The Importance of Constructive Action

Pinehas By :  Matthew Berkowitz Former Director of Israel Programs, JTS Posted On Jul 11, 2014 / 5774 | Philosophy

Recall the troubling and cryptic episode at the conclusion of last week’s parashah: the Israelites encamp at Shittim; they are seduced by Moabite women and attach themselves to an idolatrous cult of Ba‘al Pe‘or. As retribution for this act, God commands Moses, “Take all the ringleaders and have them publicly impaled before the Lord, so that the Lord’s wrath may turn away from Israel” (Num. 25:4). Precisely at the moment of God’s decree, Pinehas, the grandson of Aaron, witnesses a brazen act between an Israelite man and Midianite woman. Pinehas, filled with rage and the desire for retribution, takes justice into his own hands, stabbing the Israelite and his Midianite partner. As a result of Pinehas’s actions, the plague unleashed against the wayward Israelites is checked, and this week’s parashah reports that Pinhas is given the divine gift of a brit shalom (covenant of peace; Num. 25:12). How may we make sense of this episode of vigilante justice and zealotry?

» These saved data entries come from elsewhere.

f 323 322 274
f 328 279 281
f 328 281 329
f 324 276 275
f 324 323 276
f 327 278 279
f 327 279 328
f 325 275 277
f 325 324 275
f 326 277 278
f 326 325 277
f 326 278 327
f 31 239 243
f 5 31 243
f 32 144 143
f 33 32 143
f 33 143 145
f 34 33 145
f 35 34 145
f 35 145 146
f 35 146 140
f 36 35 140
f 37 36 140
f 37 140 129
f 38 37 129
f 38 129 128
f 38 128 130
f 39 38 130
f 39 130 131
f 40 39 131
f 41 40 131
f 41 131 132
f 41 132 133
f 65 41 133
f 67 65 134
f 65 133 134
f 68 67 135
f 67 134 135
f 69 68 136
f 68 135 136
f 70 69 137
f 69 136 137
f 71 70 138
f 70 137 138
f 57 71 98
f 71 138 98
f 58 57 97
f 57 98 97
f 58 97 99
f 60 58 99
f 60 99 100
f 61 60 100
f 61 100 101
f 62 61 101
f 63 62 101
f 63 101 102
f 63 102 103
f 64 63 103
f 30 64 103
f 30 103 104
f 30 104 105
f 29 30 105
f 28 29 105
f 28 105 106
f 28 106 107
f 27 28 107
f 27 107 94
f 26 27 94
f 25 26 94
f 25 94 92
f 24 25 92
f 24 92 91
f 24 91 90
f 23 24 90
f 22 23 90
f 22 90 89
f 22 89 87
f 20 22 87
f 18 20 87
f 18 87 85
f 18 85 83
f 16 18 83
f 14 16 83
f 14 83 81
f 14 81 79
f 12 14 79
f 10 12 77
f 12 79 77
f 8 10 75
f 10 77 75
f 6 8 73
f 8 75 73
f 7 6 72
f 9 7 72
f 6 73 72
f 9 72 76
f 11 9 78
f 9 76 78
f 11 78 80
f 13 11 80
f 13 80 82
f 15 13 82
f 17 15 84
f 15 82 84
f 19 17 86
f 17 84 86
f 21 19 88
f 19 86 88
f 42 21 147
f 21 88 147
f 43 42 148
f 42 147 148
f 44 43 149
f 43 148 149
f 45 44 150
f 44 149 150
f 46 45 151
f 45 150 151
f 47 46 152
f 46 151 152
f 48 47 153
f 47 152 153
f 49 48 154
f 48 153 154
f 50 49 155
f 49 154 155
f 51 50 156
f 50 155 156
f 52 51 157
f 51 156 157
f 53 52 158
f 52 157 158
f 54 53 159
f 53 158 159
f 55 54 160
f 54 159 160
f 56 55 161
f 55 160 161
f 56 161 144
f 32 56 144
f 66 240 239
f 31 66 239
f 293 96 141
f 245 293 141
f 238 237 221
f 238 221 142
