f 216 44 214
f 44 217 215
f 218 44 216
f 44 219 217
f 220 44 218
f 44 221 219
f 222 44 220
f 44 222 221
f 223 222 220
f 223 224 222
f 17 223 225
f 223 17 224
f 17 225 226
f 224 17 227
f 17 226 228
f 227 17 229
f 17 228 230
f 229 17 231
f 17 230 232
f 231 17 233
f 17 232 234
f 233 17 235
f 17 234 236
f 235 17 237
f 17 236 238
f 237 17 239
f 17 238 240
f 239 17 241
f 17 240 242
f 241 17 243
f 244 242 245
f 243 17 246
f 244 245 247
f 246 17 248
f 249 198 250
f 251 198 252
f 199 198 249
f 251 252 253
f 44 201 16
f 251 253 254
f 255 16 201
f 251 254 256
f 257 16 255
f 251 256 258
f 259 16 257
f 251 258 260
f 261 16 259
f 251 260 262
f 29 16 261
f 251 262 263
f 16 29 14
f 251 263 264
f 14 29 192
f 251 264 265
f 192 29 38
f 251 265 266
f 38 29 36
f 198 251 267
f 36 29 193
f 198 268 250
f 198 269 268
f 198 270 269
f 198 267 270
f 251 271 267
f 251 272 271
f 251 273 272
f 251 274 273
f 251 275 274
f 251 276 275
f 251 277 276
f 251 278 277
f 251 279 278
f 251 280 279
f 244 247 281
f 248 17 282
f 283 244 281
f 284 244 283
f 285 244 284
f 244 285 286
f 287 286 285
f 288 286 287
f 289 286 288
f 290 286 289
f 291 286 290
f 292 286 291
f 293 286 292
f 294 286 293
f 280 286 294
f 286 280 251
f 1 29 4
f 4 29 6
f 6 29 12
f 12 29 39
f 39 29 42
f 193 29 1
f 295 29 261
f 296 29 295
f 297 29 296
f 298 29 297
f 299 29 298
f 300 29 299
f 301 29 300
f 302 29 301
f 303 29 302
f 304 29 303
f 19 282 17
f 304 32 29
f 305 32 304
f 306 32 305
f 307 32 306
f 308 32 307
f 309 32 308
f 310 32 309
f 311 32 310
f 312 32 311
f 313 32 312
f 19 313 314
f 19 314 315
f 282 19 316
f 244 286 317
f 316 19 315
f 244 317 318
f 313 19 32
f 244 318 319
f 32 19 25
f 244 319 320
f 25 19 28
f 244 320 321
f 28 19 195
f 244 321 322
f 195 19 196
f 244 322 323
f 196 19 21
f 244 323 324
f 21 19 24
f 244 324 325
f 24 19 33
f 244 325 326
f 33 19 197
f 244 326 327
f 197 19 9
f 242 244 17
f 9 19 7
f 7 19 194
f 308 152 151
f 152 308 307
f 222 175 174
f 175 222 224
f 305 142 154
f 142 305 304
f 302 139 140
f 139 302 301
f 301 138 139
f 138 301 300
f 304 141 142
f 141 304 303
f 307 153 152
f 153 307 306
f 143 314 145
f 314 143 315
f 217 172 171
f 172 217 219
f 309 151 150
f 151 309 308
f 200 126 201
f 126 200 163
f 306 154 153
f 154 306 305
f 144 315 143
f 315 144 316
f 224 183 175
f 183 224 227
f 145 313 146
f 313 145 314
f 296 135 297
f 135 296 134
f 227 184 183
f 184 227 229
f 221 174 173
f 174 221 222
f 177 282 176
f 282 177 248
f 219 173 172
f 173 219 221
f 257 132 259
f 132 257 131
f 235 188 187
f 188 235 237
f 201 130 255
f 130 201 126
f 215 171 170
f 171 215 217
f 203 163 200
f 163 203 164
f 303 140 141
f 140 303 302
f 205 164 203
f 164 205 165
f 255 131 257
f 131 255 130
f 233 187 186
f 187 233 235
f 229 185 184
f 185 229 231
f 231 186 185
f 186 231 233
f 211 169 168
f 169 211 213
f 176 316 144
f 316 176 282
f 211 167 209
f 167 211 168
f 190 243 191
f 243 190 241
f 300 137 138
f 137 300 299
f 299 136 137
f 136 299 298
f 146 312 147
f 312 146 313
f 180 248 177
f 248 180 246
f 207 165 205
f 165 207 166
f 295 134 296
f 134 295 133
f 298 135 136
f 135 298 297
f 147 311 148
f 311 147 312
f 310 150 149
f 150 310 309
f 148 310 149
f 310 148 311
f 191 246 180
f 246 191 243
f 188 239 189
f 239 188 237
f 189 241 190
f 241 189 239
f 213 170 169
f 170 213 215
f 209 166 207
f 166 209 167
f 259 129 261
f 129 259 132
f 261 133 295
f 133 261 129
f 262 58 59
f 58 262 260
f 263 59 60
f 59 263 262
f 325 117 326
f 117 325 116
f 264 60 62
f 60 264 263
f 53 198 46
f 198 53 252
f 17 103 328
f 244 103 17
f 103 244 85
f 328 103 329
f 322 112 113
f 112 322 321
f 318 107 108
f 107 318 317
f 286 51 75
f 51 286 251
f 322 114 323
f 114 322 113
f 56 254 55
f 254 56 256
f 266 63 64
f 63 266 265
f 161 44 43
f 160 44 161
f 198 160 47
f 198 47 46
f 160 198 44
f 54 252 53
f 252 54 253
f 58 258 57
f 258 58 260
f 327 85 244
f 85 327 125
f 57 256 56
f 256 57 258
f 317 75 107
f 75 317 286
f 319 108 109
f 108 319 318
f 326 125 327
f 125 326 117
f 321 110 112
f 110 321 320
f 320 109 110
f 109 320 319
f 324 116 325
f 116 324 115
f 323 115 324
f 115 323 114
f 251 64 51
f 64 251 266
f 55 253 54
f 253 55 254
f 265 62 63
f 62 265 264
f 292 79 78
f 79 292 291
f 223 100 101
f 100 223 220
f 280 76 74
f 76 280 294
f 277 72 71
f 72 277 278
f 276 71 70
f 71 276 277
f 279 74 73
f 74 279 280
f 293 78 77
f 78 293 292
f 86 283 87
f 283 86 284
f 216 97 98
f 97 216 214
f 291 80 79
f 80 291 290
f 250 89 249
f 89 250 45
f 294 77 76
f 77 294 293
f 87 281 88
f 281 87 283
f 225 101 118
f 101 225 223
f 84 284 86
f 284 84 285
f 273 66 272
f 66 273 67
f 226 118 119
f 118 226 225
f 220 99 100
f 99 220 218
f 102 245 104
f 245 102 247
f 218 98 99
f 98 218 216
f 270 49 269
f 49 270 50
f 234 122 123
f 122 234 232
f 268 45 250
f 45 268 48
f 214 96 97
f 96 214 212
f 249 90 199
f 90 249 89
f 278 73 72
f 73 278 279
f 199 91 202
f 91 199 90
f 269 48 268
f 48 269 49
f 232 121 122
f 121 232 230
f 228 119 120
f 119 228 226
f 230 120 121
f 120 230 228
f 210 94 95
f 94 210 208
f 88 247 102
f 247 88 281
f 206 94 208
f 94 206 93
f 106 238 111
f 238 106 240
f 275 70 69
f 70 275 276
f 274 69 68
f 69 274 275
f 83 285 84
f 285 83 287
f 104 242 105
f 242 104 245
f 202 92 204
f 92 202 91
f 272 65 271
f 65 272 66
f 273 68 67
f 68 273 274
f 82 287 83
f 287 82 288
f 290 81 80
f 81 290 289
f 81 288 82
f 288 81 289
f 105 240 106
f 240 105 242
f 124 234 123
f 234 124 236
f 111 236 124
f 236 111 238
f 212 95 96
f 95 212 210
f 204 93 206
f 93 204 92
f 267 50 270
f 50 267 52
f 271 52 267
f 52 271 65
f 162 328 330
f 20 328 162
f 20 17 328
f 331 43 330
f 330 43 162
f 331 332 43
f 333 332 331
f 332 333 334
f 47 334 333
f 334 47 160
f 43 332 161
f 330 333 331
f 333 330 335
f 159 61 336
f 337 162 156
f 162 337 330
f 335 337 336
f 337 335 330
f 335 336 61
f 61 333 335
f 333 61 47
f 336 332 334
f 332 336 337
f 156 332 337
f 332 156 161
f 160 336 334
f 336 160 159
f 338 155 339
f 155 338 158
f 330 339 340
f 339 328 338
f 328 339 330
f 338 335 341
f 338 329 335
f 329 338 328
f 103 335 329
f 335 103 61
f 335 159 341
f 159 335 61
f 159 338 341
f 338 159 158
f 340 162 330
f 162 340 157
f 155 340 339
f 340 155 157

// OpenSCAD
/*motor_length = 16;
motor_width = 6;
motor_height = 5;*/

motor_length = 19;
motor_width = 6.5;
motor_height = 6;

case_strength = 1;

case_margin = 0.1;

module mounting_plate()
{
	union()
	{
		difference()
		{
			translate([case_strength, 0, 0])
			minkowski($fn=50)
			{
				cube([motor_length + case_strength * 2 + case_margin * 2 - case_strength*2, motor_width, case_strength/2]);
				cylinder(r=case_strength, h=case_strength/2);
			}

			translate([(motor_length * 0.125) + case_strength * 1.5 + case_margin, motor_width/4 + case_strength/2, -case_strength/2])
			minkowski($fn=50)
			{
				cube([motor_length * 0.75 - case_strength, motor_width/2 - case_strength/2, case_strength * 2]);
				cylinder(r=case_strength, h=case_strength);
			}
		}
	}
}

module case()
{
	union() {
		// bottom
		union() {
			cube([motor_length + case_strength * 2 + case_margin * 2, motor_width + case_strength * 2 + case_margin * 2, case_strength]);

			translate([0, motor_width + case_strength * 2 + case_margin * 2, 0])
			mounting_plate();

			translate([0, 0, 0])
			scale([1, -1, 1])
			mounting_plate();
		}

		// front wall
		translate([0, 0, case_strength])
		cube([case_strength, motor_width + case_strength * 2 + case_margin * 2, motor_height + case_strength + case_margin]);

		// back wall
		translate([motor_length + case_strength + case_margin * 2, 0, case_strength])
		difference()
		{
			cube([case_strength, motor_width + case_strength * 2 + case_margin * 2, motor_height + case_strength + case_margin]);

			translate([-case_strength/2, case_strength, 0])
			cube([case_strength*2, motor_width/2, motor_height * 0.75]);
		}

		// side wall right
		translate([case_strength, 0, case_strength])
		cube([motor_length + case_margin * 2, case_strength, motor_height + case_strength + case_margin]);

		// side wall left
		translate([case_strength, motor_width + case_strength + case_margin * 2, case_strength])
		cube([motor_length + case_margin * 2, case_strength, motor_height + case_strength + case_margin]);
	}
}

Rabbi Samson Raphael Hirsch sheds some light on the narrative:

Pinhas asserted My Rights and made them respected among the people, and thereby saved the whole nation from destruction into which they would irrevocably have fallen had I been forced to assert My Rights Myself. If a challenge to God finds no champion among a circle of human beings and the consciousness of the Rights which God has on them has disappeared from this circle, then they have lost God, and thereby their own future existence. And this must be the case especially in the Jewish circle of human beings, Israel, whose whole human historical existence rests on the word “li,” “[they belong] to me,” with which God has called Israel “His possession” and thereby dedicated every member of it to be “His” in every phase of its existence, and for all eternity makes this Right of Possession valid. Israel is either “God’s” or it ceases to exist. One such single man, Pinhas, and one such single manly deed become the savior of the entire nation. (Commentary on Numbers, 432)

Hirsch does well in highlighting the depth of Pinehas’s loyalty to and sympathy for God helping us grasp the motivation for such a severe act. Our commentator is also to be praised for underscoring the extent to which there must be a partnership between God and humans; it is not enough for humans to sense the divine emotion, but they must also act in constructive ways. There must be a true striving to become a divine people. Given these reflections, the modern reader succeeds in making some sense of Pinehas’s fundamentalism. But still, the overwhelming tension of this narrative remains. An act of unbridled religious fundamentalism not only carries the day, but seems to be rewarded. Then again, perhaps the unique reward serves as a remedy: a “covenant of peace” must temper Pinehas’s zealousness, and “an everlasting priesthood” devoted to the disciplined service of God must be the channel through which Pinehas and his descendants distill their energies. Parashat Pinehas forces us to pause and reflect on the role of religious passion and its destructive as well as constructive consequences.